(Stored data)
--------------------------------------------------

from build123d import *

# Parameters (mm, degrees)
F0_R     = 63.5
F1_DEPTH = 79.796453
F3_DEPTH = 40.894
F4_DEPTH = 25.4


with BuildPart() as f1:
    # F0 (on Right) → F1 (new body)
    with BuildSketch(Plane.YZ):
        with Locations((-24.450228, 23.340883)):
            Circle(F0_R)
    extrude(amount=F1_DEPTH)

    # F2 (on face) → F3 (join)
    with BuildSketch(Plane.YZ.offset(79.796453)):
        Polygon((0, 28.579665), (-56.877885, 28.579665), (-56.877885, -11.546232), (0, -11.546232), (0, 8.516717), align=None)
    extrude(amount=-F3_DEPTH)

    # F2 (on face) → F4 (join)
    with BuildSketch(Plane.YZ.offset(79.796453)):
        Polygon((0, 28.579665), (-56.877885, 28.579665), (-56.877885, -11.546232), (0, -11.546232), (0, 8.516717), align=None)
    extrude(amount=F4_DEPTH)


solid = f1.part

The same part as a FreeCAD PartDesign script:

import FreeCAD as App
import Part
import Sketcher

V = App.Vector
Q = App.Units.Quantity


def add_polygon(sketch, points):
    """Adds a closed chain of lines whose ends are joined by coincident constraints."""
    first, n = sketch.GeometryCount, len(points)
    for a, b in zip(points, points[1:] + points[:1]):
        sketch.addGeometry(Part.LineSegment(App.Vector(*a, 0), App.Vector(*b, 0)), False)
    for i in range(n):
        sketch.addConstraint(Sketcher.Constraint("Coincident", first + i, 2, first + (i + 1) % n, 1))

doc = App.newDocument("Part")
params = doc.addObject("Spreadsheet::Sheet", "Params")
for row, (alias, value) in enumerate([
    ("sketch1_diameter", "5 in"),
    ("pad1_length", "79.796453 mm"),
    ("pad2_length", "1.61 in"),
    ("pad3_length", "1 in"),
], start=1):
    params.set(f"A{row}", alias)
    params.set(f"B{row}", "=" + value)
    params.setAlias(f"B{row}", alias)

body = doc.addObject("PartDesign::Body", "Body")

# Sketch on YZ plane
sketch1 = body.newObject("Sketcher::SketchObject", "Sketch")
sketch1.AttachmentSupport = (doc.getObject("YZ_Plane"), [""])
sketch1.MapMode = "FlatFace"
sketch1.addGeometry(Part.Circle(V(-24, 23, 0), V(0, 0, 1), 64), False)
sketch1.addConstraint([
    Sketcher.Constraint("Diameter", 0, Q("5 in")),
    Sketcher.Constraint("DistanceX", 0, 3, -1, 1, Q("24.450228 mm")),
    Sketcher.Constraint("DistanceY", -1, 1, 0, 3, Q("23.340883 mm")),
])
sketch1.setExpression("Constraints[0]", "Params.sketch1_diameter")
pad1 = body.newObject("PartDesign::Pad", "Pad")
pad1.Profile = sketch1
pad1.setExpression("Length", "Params.pad1_length")

# Sketch on YZ plane
sketch2 = body.newObject("Sketcher::SketchObject", "Sketch001")
sketch2.AttachmentSupport = (doc.getObject("YZ_Plane"), [""])
sketch2.MapMode = "FlatFace"
sketch2.AttachmentOffset = App.Placement(V(0, 0, 79.796453), App.Rotation())
add_polygon(sketch2, [(0, 29), (-57, 29), (-57, -12), (0, -12)])  # lines 0-3
sketch2.addConstraint([
    Sketcher.Constraint("Horizontal", 0),
    Sketcher.Constraint("Vertical", 1),
    Sketcher.Constraint("Horizontal", 2),
    Sketcher.Constraint("Vertical", 3),
    Sketcher.Constraint("PointOnObject", 2, 2, -2),
    Sketcher.Constraint("DistanceX", 0, 2, 0, 1, Q("56.877885 mm")),
    Sketcher.Constraint("DistanceY", 1, 2, 1, 1, Q("40.125897 mm")),
    Sketcher.Constraint("DistanceY", -1, 1, 0, 2, Q("28.579665 mm")),
])
pad2 = body.newObject("PartDesign::Pad", "Pad001")
pad2.Profile = sketch2
pad2.setExpression("Length", "Params.pad2_length")
pad2.Reversed = True

# Sketch on YZ plane
sketch3 = body.newObject("Sketcher::SketchObject", "Sketch002")
sketch3.AttachmentSupport = (doc.getObject("YZ_Plane"), [""])
sketch3.MapMode = "FlatFace"
sketch3.AttachmentOffset = App.Placement(V(0, 0, 79.796453), App.Rotation())
add_polygon(sketch3, [(0, 29), (-57, 29), (-57, -12), (0, -12)])  # lines 0-3
sketch3.addConstraint([
    Sketcher.Constraint("Horizontal", 0),
    Sketcher.Constraint("Vertical", 1),
    Sketcher.Constraint("Horizontal", 2),
    Sketcher.Constraint("Vertical", 3),
    Sketcher.Constraint("PointOnObject", 2, 2, -2),
    Sketcher.Constraint("DistanceX", 0, 2, 0, 1, Q("56.877885 mm")),
    Sketcher.Constraint("DistanceY", 1, 2, 1, 1, Q("40.125897 mm")),
    Sketcher.Constraint("DistanceY", -1, 1, 0, 2, Q("28.579665 mm")),
])
pad3 = body.newObject("PartDesign::Pad", "Pad002")
pad3.Profile = sketch3
pad3.setExpression("Length", "Params.pad3_length")

doc.recompute()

--------------------------------------------------

## Directions
Give again each line shown above, keeping every word as it is.

## Response area
from build123d import *

# Parameters (mm, degrees)
F0_R     = 63.5
F1_DEPTH = 79.796453
F3_DEPTH = 40.894
F4_DEPTH = 25.4


with BuildPart() as f1:
    # F0 (on Right) → F1 (new body)
    with BuildSketch(Plane.YZ):
        with Locations((-24.450228, 23.340883)):
            Circle(F0_R)
    extrude(amount=F1_DEPTH)

    # F2 (on face) → F3 (join)
    with BuildSketch(Plane.YZ.offset(79.796453)):
        Polygon((0, 28.579665), (-56.877885, 28.579665), (-56.877885, -11.546232), (0, -11.546232), (0, 8.516717), align=None)
    extrude(amount=-F3_DEPTH)

    # F2 (on face) → F4 (join)
    with BuildSketch(Plane.YZ.offset(79.796453)):
        Polygon((0, 28.579665), (-56.877885, 28.579665), (-56.877885, -11.546232), (0, -11.546232), (0, 8.516717), align=None)
    extrude(amount=F4_DEPTH)


solid = f1.part

The same part as a FreeCAD PartDesign script:

import FreeCAD as App
import Part
import Sketcher

V = App.Vector
Q = App.Units.Quantity


def add_polygon(sketch, points):
    """Adds a closed chain of lines whose ends are joined by coincident constraints."""
    first, n = sketch.GeometryCount, len(points)
    for a, b in zip(points, points[1:] + points[:1]):
        sketch.addGeometry(Part.LineSegment(App.Vector(*a, 0), App.Vector(*b, 0)), False)
    for i in range(n):
        sketch.addConstraint(Sketcher.Constraint("Coincident", first + i, 2, first + (i + 1) % n, 1))

doc = App.newDocument("Part")
params = doc.addObject("Spreadsheet::Sheet", "Params")
for row, (alias, value) in enumerate([
    ("sketch1_diameter", "5 in"),
    ("pad1_length", "79.796453 mm"),
    ("pad2_length", "1.61 in"),
    ("pad3_length", "1 in"),
], start=1):
    params.set(f"A{row}", alias)
    params.set(f"B{row}", "=" + value)
    params.setAlias(f"B{row}", alias)

body = doc.addObject("PartDesign::Body", "Body")

# Sketch on YZ plane
sketch1 = body.newObject("Sketcher::SketchObject", "Sketch")
sketch1.AttachmentSupport = (doc.getObject("YZ_Plane"), [""])
sketch1.MapMode = "FlatFace"
sketch1.addGeometry(Part.Circle(V(-24, 23, 0), V(0, 0, 1), 64), False)
sketch1.addConstraint([
    Sketcher.Constraint("Diameter", 0, Q("5 in")),
    Sketcher.Constraint("DistanceX", 0, 3, -1, 1, Q("24.450228 mm")),
    Sketcher.Constraint("DistanceY", -1, 1, 0, 3, Q("23.340883 mm")),
])
sketch1.setExpression("Constraints[0]", "Params.sketch1_diameter")
pad1 = body.newObject("PartDesign::Pad", "Pad")
pad1.Profile = sketch1
pad1.setExpression("Length", "Params.pad1_length")

# Sketch on YZ plane
sketch2 = body.newObject("Sketcher::SketchObject", "Sketch001")
sketch2.AttachmentSupport = (doc.getObject("YZ_Plane"), [""])
sketch2.MapMode = "FlatFace"
sketch2.AttachmentOffset = App.Placement(V(0, 0, 79.796453), App.Rotation())
add_polygon(sketch2, [(0, 29), (-57, 29), (-57, -12), (0, -12)])  # lines 0-3
sketch2.addConstraint([
    Sketcher.Constraint("Horizontal", 0),
    Sketcher.Constraint("Vertical", 1),
    Sketcher.Constraint("Horizontal", 2),
    Sketcher.Constraint("Vertical", 3),
    Sketcher.Constraint("PointOnObject", 2, 2, -2),
    Sketcher.Constraint("DistanceX", 0, 2, 0, 1, Q("56.877885 mm")),
    Sketcher.Constraint("DistanceY", 1, 2, 1, 1, Q("40.125897 mm")),
    Sketcher.Constraint("DistanceY", -1, 1, 0, 2, Q("28.579665 mm")),
])
pad2 = body.newObject("PartDesign::Pad", "Pad001")
pad2.Profile = sketch2
pad2.setExpression("Length", "Params.pad2_length")
pad2.Reversed = True

# Sketch on YZ plane
sketch3 = body.newObject("Sketcher::SketchObject", "Sketch002")
sketch3.AttachmentSupport = (doc.getObject("YZ_Plane"), [""])
sketch3.MapMode = "FlatFace"
sketch3.AttachmentOffset = App.Placement(V(0, 0, 79.796453), App.Rotation())
add_polygon(sketch3, [(0, 29), (-57, 29), (-57, -12), (0, -12)])  # lines 0-3
sketch3.addConstraint([
    Sketcher.Constraint("Horizontal", 0),
    Sketcher.Constraint("Vertical", 1),
    Sketcher.Constraint("Horizontal", 2),
    Sketcher.Constraint("Vertical", 3),
    Sketcher.Constraint("PointOnObject", 2, 2, -2),
    Sketcher.Constraint("DistanceX", 0, 2, 0, 1, Q("56.877885 mm")),
    Sketcher.Constraint("DistanceY", 1, 2, 1, 1, Q("40.125897 mm")),
    Sketcher.Constraint("DistanceY", -1, 1, 0, 2, Q("28.579665 mm")),
])
pad3 = body.newObject("PartDesign::Pad", "Pad002")
pad3.Profile = sketch3
pad3.setExpression("Length", "Params.pad3_length")

doc.recompute()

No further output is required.